ROB: Got it. We’ve been here at the conference for about a day and a half now. What have you been learning? What has been surprising, what are you going to take back with you?

 

KRISTA: Oh my gosh, so much stuff. We’ve just started the full Inbound conference, and already I really get a feeling that one of the themes I think they have for this year is overall positivity and happiness and bringing joy to your work. I think that’s so amazing. It’s something that we all can try a little bit harder with and do a little bit more of.

 

I hope that continues. There’s been a few speeches that have touched on that so far. There’s a lot of great tactical stuff, of course, but when we look at that bigger picture, like how we can better ourselves, I think that’s a really great message for them to bring to everybody here.

 

ROB: You’re talking about that positivity – it sounds like one of those things that starts to become things you talk about with core values in the business. Do you have some kind of guiding principles that you share with your team and tell them, “this is what we’re about”?

 

KRISTA: Yeah, absolutely. We always root things with our “why.” “Why do we exist, why are we here?” Ultimately, we’re trying to create a better experience for us, for our employees, for our clients, and then our clients’ clients. At the end of the day, that is the root of what we do. How can we make things better?

 

Anything that relates back to that – we never want to make anybody feel uncomfortable if we don’t have to. Of course, we have to deliver bad news, but can we do it with tact? [laughs] You don’t have to make them feel bad about it. Bad news doesn’t get easier, so if we can find a good way to deliver it . . .

 

But again, we’re straight shooters. We want to be honest with people, we want to be innovative. We formulate all these things around really creating that great experience for people we’re working with.

 

ROB: Awesome. What have been some of the other key hires along the way – roles or people that you hired that made a difference in the trajectory of the business? What have you learned from that?

 

KRISTA: Oh my goodness. I absolutely love everybody on our team. I know probably everybody says that, but I really do.

 

ROB: [laughs] Not everybody.

 

KRISTA: Everybody’s really been key. Everybody’s really on board with what we’re doing and why we’re doing it and moving towards those things with all the projects that they’re working on.

 

When we look for people that we hire, at this point with the size that we’re at, we don’t necessarily hire specialists – somebody who just does one specific thing. We look for people who are willing to do more than one thing, willing to wear more than one hat, but definitely have that core focus.

 

A big thing for us is getting a really good strategist that can come in there and help us and lay all these things out, do wire framing and understand how the work flows are going to work and those types of things. Having great account management that’s going to be front-facing on the lines of everything. Video has been a really big thing for us in the last year, adding a lot more video to our clients’ content.

 

There’s been a lot of really great hires, really great additions to the team.

 

ROB: I think one of the interesting tensions in building a business, but in particular an agency, is there are certain patterns, there are certain held wisdoms, certain ideas about how you’re supposed to do things. You get to choose which ones you will or will not accept, and you probably ignore all of them at your peril. You can’t say, “we’ll do none of that.” I guess you could; it might not go well. I don’t know.

 

KRISTA: [laughs] You could try.

 

ROB: Is there a thing or two that you think is a commonly held wisdom about building a creative organization, an agency, that you just think differently on?
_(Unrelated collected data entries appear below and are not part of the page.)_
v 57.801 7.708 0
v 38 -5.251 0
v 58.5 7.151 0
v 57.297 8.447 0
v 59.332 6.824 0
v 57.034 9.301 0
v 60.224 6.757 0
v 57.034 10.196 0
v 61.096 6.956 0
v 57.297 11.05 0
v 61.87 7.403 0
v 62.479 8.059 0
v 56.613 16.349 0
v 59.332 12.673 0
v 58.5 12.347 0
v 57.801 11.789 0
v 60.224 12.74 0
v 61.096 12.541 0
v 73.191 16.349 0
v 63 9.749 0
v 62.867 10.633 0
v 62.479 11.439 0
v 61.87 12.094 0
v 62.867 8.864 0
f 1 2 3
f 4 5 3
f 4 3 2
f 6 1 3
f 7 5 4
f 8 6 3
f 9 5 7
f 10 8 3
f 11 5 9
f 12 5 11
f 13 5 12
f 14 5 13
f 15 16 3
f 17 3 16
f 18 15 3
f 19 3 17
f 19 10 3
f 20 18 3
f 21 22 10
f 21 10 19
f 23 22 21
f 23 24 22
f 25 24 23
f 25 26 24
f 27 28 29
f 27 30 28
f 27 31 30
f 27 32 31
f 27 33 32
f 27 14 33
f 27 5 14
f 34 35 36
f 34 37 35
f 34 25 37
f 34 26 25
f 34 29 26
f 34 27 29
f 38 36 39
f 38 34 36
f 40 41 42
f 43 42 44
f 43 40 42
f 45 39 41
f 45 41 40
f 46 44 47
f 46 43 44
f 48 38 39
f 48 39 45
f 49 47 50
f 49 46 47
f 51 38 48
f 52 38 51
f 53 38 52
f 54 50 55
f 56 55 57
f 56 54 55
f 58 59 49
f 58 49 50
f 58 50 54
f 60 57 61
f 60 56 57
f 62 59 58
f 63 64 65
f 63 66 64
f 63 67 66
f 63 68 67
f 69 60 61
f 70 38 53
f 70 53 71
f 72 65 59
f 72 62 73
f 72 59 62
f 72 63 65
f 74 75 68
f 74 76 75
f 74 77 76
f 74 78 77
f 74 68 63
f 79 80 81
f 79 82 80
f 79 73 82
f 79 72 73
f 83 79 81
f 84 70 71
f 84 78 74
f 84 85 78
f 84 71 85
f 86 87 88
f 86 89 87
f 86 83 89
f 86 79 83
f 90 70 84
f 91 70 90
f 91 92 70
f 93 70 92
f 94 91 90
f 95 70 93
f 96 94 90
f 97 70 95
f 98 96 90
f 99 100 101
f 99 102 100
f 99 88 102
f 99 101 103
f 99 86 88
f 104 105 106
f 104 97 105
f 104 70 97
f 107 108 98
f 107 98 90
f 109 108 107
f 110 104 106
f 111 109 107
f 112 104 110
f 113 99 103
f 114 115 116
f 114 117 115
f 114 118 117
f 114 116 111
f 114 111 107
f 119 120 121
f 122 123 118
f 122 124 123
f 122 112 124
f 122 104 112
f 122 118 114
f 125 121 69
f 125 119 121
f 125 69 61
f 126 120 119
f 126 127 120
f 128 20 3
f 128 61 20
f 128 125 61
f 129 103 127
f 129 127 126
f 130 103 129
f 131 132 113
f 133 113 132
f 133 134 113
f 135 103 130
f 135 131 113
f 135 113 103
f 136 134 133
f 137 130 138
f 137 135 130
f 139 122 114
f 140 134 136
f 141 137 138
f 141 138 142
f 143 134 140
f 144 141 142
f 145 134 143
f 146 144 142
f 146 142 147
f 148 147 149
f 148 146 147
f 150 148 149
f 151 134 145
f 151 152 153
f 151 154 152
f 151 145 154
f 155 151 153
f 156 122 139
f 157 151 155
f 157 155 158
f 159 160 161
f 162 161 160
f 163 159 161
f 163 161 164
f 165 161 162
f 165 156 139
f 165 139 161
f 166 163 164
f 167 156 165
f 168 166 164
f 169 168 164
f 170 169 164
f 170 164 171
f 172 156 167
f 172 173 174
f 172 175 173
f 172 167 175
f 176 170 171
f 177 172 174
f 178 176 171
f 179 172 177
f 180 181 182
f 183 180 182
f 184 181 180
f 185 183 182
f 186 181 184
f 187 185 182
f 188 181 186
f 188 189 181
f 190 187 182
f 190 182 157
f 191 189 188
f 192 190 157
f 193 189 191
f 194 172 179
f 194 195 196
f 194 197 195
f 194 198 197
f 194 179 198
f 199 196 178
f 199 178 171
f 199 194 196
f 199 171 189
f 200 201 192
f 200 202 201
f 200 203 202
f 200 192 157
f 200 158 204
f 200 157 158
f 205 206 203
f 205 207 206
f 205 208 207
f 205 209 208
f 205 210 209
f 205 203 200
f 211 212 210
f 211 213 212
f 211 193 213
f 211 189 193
KRISTA: Yes. Let me think about how I want to say this. For us, we’re a creative agency, but really, what we’re doing is solving problems.

 

For us, when we look for hires for creative specifically, we’re not going out there and finding the wackiest, most creative, most out-of-the-box thinker. We’re looking for a creative that’s a little bit more analytical, can find the patterns, can find the systems with the designs that they’re doing. A lot of people will say, “they’re the most creative, they’re the ‘best’,” but those are actually the people we don’t hire. They can bring a whole bunch of other things into the organization that maybe aren’t so great.

 

Being able to nurture somebody who understands a little bit deeper than just surface level is really something that we look for.

 

ROB: Very interesting. Adjacent to that, having been at this for a little bit now, let’s talk about what we might call lessons, what we might call mistakes sometimes. What are things that you’ve learned from building Tank New Media that you might do differently next time?

 

KRISTA: Oh man. There’s lessons every day, I think. Small ones every day that if you’re paying attention, you can see and learn from. Teachable moments, so to speak.

 

One of the biggest things I think that I would do if I was talking to myself previously would just be—don’t be afraid to take risks. We take our fair amount of risks, obviously. We started a company, there we go. But if you don’t try, you can’t succeed.

 

So just being willing to step back and say, “I’m going to give it a shot and see what happens. We’re going to go after that client, or we’re going to try this new tactic that seems a little out-of-the-box or crazy.” I’d just say push yourself and see what happens.

 

ROB: It sounds like you’re talking about taking understandable risks, though. Or are you not?

 

KRISTA: If you read my personality profile, it would say that I take risks, but calculated risks. We’re not ones to throw all of our money into one investment and cross our fingers, but there’s a lot that you can do to really push yourself along the way. Like I said, if you’re paying attention and you’re really thinking about what makes sense, a lot of things aren’t as scary as they seem.

 

ROB: Yeah. We recently hired someone on the sales side, and talking to friends and mentors – you always hire people with the plan that everything is going to go well.

 

KRISTA: Right. Best intentions.

 

ROB: However, almost the unfortunate blessing and curse of sales is everybody knows what the score is. So, if it’s working, yay, you’re all happy. If it’s not, the downside is the understood risk of if it’s just not a fit between the company and the person selling and the audience. And that’s not a value judgment on anyone. It’s like, we tried a thing and it didn’t work out so well.

 

KRISTA: Absolutely.

 

ROB: Some of what you’re talking about – we had a guest on, David C. Baker. He’s written an interesting book, he’s out of Nashville, smart guy. Do you know this guy?

 

KRISTA: Yeah.

 

ROB: He talked about kind of what you’re talking about, stretching yourself. He has a podcast. Do you know his podcast?

 

KRISTA: No.

 

ROB: With Blair Enns.

 

KRISTA: Oh yeah, yeah.

 

ROB: The 2 Bobs podcast. (I’m giving you guys a pitch. You’ve both been on the show. I appreciate it.)

 

They talk a lot about how you have to overextend yourself a little bit, but not too much. It’s that tension. You can obviously jump off a cliff and it’s not going to go well for you, but you also have to stretch. You also have to find ways to build a client and tell the client, “We’re going to try this.” You’re not betting the whole budget on telling them it’s going to work. You’re telling them you’re going to try something together, and you get better and they get better.

 

KRISTA: Absolutely. That goes back to some of the things we were talking about in my presentation. It’s building trust, so they let you do some of those experimental things that could really work great – but they’ll also forgive you if they don’t. If you have those solid relationships, you have a little bit more flexibility there.

 

ROB: Right. I think I might have seen in the description of Tank New Media something about – did I see “traction” in there? Was that word in there?

 

KRISTA: Yes.

 

ROB: Does that descend from the traction thesis around marketing experimentation and trying different things? Is that part of that? Are you familiar with that?

 

KRISTA: Yes, the EOS system?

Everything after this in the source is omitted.